# Simplicity 10560 auger belt replacement



## Lm032440## (Jan 8, 2018)

Hello!-new member here. I have a 10.5 hp 24" wide 10560 that I bought back in 2006 that I just snapped the auger belt on. I got a new belt thinking I could replace it myself but I am having some difficulty. The gear is so close to the auger pulley that I cant slip it by to put the belt on the bottom of that pulley. The manual shows removing a couple of the bolts from the gear assembly (I see only one bolt) and sliding the axle to the right but that doesn't seem right to me. I was wondering if anyone has any experience replacing this belt. 

Thank you!
Lou


----------



## jburson250 (Oct 25, 2017)

Welcome to SBF Lou!

I'm an Ariens owner, so can't provide specific advice.
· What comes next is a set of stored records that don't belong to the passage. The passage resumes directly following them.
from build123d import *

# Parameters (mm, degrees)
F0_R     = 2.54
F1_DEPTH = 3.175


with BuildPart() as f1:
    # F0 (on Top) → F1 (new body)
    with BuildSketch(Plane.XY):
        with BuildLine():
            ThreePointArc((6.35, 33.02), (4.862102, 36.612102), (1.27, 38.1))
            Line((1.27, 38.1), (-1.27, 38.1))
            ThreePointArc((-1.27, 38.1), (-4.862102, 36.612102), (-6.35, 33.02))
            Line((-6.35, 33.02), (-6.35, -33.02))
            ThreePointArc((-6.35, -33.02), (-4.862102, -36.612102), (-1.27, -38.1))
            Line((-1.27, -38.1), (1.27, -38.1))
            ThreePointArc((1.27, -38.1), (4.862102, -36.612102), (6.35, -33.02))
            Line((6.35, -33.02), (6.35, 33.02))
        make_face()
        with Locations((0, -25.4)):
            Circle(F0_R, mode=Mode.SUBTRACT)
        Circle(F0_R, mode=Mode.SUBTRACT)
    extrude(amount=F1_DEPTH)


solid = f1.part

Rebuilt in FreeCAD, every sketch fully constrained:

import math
import FreeCAD as App
import Part
import Sketcher
Q = App.Units.Quantity

doc = App.newDocument("Part")
body = doc.addObject("PartDesign::Body", "Body")

sketch1 = body.newObject("Sketcher::SketchObject", "Sketch")
sketch1.AttachmentSupport = (doc.getObject("XY_Plane"), [""])
sketch1.MapMode = "FlatFace"
sketch1.addGeometry([
    Part.ArcOfCircle(Part.Circle(App.Vector(1.3, 33, 0), App.Vector(0, 0, 1), 5.1), math.radians(0), math.radians(90)),
    Part.LineSegment(App.Vector(1.3, 38.1, 0), App.Vector(-1.3, 38.1, 0)),
    Part.ArcOfCircle(Part.Circle(App.Vector(-1.3, 33, 0), App.Vector(0, 0, 1), 5.1), math.radians(90), math.radians(180)),
    Part.LineSegment(App.Vector(-6.3, 33, 0), App.Vector(-6.3, -33, 0)),
    Part.ArcOfCircle(Part.Circle(App.Vector(-1.3, -33, 0), App.Vector(0, 0, 1), 5.1), math.radians(-180), math.radians(-90)),
    Part.LineSegment(App.Vector(-1.3, -38.1, 0), App.Vector(1.3, -38.1, 0)),
    Part.ArcOfCircle(Part.Circle(App.Vector(1.3, -33, 0), App.Vector(0, 0, 1), 5.1), math.radians(-90), math.radians(0)),
    Part.LineSegment(App.Vector(6.3, -33, 0), App.Vector(6.3, 33, 0)),
    Part.Circle(App.Vector(0, -25.4, 0), App.Vector(0, 0, 1), 2.5),
    Part.Circle(App.Vector(0, 0, 0), App.Vector(0, 0, 1), 2.5),
], False)
sketch1.addConstraint([
    Sketcher.Constraint("Tangent", 0, 2, 1, 1),
    Sketcher.Constraint("Tangent", 1, 2, 2, 1),
    Sketcher.Constraint("Tangent", 2, 2, 3, 1),
    Sketcher.Constraint("Tangent", 3, 2, 4, 1),
    Sketcher.Constraint("Tangent", 4, 2, 5, 1),
    Sketcher.Constraint("Tangent", 5, 2, 6, 1),
    Sketcher.Constraint("Tangent", 6, 2, 7, 1),
    Sketcher.Constraint("Tangent", 7, 2, 0, 1),
    Sketcher.Constraint("Horizontal", 1),
    Sketcher.Constraint("Vertical", 3),
    Sketcher.Constraint("Horizontal", 5),
    Sketcher.Constraint("Vertical", 7),
    Sketcher.Constraint("Coincident", 9, 3, -1, 1),
    Sketcher.Constraint("Equal", 0, 2),
    Sketcher.Constraint("Equal", 2, 4),
    Sketcher.Constraint("Equal", 4, 6),
    Sketcher.Constraint("Equal", 8, 9),
    Sketcher.Constraint("Symmetric", 0, 3, 4, 3, -1, 1),
    Sketcher.Constraint("PointOnObject", 8, 3, -2),
    Sketcher.Constraint("Diameter", 8, Q("0.2 in")),
    Sketcher.Constraint("Radius", 0, Q("0.2000001 in")),
    Sketcher.Constraint("DistanceX", 1, 2, 1, 1, Q("0.1 in")),
    Sketcher.Constraint("DistanceY", 3, 2, 3, 1, Q("2.6 in")),
    Sketcher.Constraint("DistanceY", 8, 3, -1, 1, Q("1 in")),
])
pad1 = body.newObject("PartDesign::Pad", "Pad")
pad1.Profile = sketch1
pad1.Length = Q("0.125 in")

doc.recompute()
I searched YouTube - there's many belt replacement videos but few for Simplicity. Modern 2 stage blowers are all similar. Perhaps there's a video or two that'll give you an overview of belt replacement, for example:






Another resource might be parts diagrams for the 10560E, such as these from Jack's Small Engines:

https://www.jackssmallengines.com/j...039-987041-987043-987144-987145-987147-987149

Simplicity's support number is: 1-800-317-7833. Don't know if they're good or worthless.

How 'bout talking face to face with a dealer. I can't imagine they'd refuse to give you free advice.

Also there's a Simplicity-specific forum right here on SBF:

Simplicity Snowblowers - Snowblower Forum : Snow Blower Forums

Sorry I can't be more helpful Lou. Good luck!


----------



## vinnycom (Nov 6, 2017)

u might have to separate the bucket from the drive/engine, support engine side w/small step ladder or stool or against wall so it cant fall.
loosen slightly bottom nuts, do not remove, remove upper attaching bolts, the ones that attach engine side to the bucket. pics would help. its a pia todo if its like mine


----------



## Lm032440## (Jan 8, 2018)

Thank you for the responses. I don't think I can take the bucket off or at least I shouldn't have to according to the manual although it would be much easier if I could. There has to be a way to slide the axle out of the way here but I think I'll head to the dealer on Sat for a little advice! Thank you
Lou


----------



## vinnycom (Nov 6, 2017)

u dont take it off, it opens like a clam shell, bottom bolts act like a hinge, just make sure engine side is supported



if it was easy we'd all be astronauts .........or reality tv stars


----------



## Lm032440## (Jan 8, 2018)

I spoke to the dealer today and got the belt on-thank you!  I have a new problem now though - I had to open up the pawl to rotate the gear to feed the belt behind it. To do this I took the bolt out of the gear assembly because the manual said to but I don't think it was necessary. Now I can't get the bolt back in because I think the axle moved along with the bolt hole and I can't locate the hole now. The set collar was all the way to the right before this and now there is about an inch gap and I didn't touch it


I've attached a couple of pics and descriptions if anyone might be able to help


Thank you in advance


Lou


----------



## vinnycom (Nov 6, 2017)

i cant help u here but for future reference my blower has unmovable thick metal tangs to keep belt in place on auger large pulley. manual says to bend them out of way when doing belt change, ha.
easier for me was to remove the large auger pulley, wrap belt on it then reinsert pulley in to auger shaft.


----------